Duterte administration 'advanced human rights, reduced inequalities' --- Medialdea
On the occasion of International Human Rights Day 2021, Malacañang has highlighted the programs that the Duterte administration has implemented "to reduce inequalities and advance human rights".

"(We) find satisfaction that, during the past six years, the President consistently introduced and implemented programs and projects to reduce inequalities and advance human rights," Presidential Human Rights Committee Secretary and Executive Secretary Salvador Medialdea noted in a statement Friday, Dec. 10.
Medialdea said these initiatives include unprecedented free tertiary education; universal access to health care; a massive-scale infrastructure development in the form of "Build, Build, Build"; social amelioration to broaden the Filipino middle class; and an aggressive campaign to contain the coronavirus disease (COVID-19) pandemic's surge and its ill-effects on people's health and the economy.

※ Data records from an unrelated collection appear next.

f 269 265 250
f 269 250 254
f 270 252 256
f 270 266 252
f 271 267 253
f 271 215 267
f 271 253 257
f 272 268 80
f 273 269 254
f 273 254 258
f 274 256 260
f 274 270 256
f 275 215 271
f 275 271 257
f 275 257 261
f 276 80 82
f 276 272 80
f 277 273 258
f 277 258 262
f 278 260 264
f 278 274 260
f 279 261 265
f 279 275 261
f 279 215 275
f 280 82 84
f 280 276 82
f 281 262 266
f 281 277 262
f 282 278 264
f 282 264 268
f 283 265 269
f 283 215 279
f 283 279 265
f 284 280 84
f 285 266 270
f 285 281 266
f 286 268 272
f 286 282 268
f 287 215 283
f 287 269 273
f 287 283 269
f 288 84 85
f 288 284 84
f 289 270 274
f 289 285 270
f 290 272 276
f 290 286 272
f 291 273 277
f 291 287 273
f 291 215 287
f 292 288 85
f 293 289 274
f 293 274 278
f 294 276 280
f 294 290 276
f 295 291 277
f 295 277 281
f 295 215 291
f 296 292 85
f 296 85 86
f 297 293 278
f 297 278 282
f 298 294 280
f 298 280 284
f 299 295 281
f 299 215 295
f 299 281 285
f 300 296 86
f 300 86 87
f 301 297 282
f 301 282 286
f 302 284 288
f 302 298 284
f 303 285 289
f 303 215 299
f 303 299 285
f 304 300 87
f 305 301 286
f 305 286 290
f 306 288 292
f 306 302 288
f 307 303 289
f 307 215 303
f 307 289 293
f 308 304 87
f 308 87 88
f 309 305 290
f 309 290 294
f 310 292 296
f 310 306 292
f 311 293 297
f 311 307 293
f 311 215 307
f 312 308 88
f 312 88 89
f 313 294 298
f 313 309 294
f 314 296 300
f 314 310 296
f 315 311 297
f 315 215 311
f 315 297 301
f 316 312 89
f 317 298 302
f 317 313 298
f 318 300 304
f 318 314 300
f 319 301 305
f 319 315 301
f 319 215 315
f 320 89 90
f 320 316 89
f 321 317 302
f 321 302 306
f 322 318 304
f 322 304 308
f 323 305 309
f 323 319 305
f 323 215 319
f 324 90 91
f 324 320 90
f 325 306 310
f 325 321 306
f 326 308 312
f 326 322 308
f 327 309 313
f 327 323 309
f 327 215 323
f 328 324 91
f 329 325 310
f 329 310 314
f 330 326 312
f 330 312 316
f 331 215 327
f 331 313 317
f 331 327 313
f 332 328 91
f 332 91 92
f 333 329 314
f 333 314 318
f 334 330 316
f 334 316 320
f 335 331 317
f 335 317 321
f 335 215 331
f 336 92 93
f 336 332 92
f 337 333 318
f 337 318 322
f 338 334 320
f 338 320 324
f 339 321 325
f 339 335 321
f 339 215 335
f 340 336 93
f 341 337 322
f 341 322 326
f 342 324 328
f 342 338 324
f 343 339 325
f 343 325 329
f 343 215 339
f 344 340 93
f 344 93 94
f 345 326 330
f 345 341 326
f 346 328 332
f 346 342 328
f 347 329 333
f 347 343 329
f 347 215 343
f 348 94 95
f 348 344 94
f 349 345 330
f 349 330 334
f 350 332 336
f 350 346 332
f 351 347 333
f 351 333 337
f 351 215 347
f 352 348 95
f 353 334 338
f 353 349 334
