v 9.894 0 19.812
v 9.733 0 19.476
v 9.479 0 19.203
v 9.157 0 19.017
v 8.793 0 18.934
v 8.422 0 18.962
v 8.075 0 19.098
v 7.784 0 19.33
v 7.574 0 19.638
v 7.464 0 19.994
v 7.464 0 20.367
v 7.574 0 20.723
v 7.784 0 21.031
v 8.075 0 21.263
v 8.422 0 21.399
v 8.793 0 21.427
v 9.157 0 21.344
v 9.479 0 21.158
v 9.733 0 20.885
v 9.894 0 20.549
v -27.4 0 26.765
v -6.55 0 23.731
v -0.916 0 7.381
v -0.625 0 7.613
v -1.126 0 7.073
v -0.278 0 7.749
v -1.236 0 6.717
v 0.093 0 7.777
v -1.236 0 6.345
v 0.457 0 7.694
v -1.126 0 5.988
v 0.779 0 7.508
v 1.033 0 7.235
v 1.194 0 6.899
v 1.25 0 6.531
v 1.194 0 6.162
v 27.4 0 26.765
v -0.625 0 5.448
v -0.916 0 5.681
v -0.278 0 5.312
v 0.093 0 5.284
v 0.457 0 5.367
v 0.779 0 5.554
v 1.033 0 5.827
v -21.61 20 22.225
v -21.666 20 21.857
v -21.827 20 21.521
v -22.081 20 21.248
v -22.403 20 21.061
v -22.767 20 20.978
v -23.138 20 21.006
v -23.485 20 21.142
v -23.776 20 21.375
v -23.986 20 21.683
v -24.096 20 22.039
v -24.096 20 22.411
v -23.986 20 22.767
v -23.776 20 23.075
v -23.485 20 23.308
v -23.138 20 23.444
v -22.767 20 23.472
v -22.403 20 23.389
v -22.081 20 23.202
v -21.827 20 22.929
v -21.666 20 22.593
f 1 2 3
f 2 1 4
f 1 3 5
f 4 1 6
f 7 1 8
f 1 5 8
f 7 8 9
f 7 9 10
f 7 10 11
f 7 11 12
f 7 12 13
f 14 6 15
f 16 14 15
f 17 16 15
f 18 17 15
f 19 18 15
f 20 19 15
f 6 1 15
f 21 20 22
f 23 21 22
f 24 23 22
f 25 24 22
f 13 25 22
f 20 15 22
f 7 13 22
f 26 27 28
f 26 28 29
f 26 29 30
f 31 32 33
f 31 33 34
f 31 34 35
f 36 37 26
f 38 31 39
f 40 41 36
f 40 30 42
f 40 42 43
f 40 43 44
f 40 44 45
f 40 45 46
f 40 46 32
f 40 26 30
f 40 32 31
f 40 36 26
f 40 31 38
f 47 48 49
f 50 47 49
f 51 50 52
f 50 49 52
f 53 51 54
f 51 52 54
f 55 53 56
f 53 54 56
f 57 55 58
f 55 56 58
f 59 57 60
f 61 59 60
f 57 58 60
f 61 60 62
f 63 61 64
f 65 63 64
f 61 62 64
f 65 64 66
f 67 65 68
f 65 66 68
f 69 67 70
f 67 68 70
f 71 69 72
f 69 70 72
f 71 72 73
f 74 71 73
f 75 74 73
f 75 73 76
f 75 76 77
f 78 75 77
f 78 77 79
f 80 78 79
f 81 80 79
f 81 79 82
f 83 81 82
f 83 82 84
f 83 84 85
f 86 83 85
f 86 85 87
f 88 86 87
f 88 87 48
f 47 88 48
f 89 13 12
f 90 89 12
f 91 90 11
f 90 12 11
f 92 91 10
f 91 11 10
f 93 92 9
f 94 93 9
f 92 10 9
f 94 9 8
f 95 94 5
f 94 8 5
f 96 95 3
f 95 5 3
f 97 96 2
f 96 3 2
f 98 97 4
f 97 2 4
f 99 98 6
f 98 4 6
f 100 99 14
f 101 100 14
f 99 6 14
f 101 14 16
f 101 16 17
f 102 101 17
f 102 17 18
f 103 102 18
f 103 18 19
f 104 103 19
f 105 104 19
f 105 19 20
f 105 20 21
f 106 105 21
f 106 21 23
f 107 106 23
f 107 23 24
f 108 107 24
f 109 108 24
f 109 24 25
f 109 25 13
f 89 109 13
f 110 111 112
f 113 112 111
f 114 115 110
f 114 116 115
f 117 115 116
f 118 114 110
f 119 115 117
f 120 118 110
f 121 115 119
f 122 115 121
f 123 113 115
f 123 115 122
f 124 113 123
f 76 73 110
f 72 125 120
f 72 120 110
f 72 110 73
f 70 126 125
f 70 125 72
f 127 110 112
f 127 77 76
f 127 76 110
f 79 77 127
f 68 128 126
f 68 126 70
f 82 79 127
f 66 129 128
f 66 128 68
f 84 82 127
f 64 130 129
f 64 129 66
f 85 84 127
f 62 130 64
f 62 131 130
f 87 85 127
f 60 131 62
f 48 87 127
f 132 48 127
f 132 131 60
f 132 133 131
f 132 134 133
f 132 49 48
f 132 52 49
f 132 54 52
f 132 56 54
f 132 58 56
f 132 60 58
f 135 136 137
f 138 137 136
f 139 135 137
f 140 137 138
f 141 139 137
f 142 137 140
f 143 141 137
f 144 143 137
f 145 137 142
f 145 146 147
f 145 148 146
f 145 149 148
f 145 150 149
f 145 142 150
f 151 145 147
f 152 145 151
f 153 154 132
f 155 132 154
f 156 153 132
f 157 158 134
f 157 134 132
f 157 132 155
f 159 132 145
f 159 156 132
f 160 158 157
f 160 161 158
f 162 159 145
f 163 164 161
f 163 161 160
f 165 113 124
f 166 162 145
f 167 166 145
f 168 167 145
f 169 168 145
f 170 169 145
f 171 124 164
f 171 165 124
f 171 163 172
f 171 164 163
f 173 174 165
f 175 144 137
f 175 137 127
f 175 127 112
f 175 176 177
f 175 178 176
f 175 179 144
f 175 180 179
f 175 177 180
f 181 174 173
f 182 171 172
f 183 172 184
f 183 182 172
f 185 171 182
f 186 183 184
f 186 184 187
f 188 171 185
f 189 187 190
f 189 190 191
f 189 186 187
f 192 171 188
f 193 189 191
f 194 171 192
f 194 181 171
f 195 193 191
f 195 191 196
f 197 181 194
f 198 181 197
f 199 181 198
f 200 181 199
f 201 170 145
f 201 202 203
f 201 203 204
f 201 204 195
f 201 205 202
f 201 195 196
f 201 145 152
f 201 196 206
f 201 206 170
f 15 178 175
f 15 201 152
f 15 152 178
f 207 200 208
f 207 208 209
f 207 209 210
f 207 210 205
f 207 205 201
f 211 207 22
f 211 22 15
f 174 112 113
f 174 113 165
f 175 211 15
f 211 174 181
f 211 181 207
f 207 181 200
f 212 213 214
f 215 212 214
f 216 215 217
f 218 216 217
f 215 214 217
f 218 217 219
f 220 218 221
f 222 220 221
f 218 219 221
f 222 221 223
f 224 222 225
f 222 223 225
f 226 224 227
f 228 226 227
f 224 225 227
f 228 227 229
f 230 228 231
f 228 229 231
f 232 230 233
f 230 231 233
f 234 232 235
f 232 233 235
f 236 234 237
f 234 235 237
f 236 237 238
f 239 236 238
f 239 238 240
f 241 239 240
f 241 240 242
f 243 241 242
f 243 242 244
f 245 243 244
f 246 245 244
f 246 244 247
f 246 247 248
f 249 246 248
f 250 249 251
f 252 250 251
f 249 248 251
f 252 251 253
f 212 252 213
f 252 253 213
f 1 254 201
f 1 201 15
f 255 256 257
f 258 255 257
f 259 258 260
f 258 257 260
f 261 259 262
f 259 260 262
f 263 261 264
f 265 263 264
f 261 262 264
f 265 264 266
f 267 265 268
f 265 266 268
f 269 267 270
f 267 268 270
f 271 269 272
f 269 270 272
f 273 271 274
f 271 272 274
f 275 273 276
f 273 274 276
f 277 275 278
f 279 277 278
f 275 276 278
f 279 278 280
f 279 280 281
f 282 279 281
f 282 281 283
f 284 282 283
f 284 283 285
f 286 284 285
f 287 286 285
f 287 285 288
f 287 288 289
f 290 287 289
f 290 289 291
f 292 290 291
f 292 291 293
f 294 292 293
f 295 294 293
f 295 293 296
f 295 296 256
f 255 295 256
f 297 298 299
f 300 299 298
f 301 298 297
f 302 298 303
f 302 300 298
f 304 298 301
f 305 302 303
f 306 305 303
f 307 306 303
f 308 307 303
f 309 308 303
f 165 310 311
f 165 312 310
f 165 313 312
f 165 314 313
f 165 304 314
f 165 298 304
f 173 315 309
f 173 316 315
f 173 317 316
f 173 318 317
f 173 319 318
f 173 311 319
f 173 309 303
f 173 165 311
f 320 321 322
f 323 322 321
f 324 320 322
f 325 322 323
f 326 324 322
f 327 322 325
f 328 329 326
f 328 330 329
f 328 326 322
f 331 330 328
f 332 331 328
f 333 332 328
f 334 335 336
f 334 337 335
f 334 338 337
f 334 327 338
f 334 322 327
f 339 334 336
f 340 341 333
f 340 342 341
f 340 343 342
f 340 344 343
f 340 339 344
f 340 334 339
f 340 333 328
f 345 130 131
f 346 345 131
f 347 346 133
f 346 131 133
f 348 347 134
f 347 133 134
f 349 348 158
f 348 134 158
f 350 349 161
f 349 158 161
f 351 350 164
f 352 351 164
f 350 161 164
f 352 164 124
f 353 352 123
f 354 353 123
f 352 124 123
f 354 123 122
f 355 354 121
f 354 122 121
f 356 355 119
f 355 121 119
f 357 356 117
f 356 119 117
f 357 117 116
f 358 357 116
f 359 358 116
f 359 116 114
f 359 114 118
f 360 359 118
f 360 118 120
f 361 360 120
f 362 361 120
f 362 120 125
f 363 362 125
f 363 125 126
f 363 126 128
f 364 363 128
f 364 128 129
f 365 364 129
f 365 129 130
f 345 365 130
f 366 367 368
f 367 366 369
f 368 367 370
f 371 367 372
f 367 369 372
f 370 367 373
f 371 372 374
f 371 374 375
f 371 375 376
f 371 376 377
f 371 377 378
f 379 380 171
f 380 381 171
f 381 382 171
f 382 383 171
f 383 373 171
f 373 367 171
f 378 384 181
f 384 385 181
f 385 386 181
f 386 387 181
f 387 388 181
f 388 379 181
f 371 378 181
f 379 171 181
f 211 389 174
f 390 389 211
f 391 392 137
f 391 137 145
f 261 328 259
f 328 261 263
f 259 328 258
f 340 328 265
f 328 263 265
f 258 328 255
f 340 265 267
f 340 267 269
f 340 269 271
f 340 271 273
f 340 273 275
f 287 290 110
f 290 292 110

"Further, the administration had given its utmost effort to curb the proliferation of illegal drugs and criminality, to put an end to the decades-long struggle against local and international terrorists, and to eliminate deeply-entrenched corruption in many government offices," he said.
President Duterte's signature war against illegal drugs has earned him the criticism of human rights champions here and abroad due to alleged extrajudicial killings that the Department of Justice continues to investigate.
This campaign was slated to be investigated by the United Nations (UN)-backed International Criminal Court (ICC) this year, but the body decided last month to suspend the conduct of its probe.
Medialdea said the success of the administration’s endeavors "had benefitted our people who deserve protection and justice as much as the rest of us--the innocent victims who have suffered at the hands of heavy drug users, terror groups, corrupt government officials, and criminals".
He further recalled that the Chief Executive promised upon assuming office in 2016 that he would pursue social justice based on equal treatment and protection for the country’s poorest and most vulnerable, bring about improvement in our people's welfare and standard of living, and make human rights work to uplift human dignity.
"We all have seen those promises fulfilled, even in the midst of a pandemic which has affected us all," Medialdea reckoned.
"As we are once again called upon to exercise our right to suffrage next year, let us choose leaders whose track records speak of the capacity to sustain this momentum towards reducing inequalities and advancing human rights, because our people deserve the best public servants who can advance the interests of the disadvantaged and disenfranchised," he added.
This year's International Human Rights Day marks the 73rd anniversary of the Universal Declaration of Human Rights (UDHR).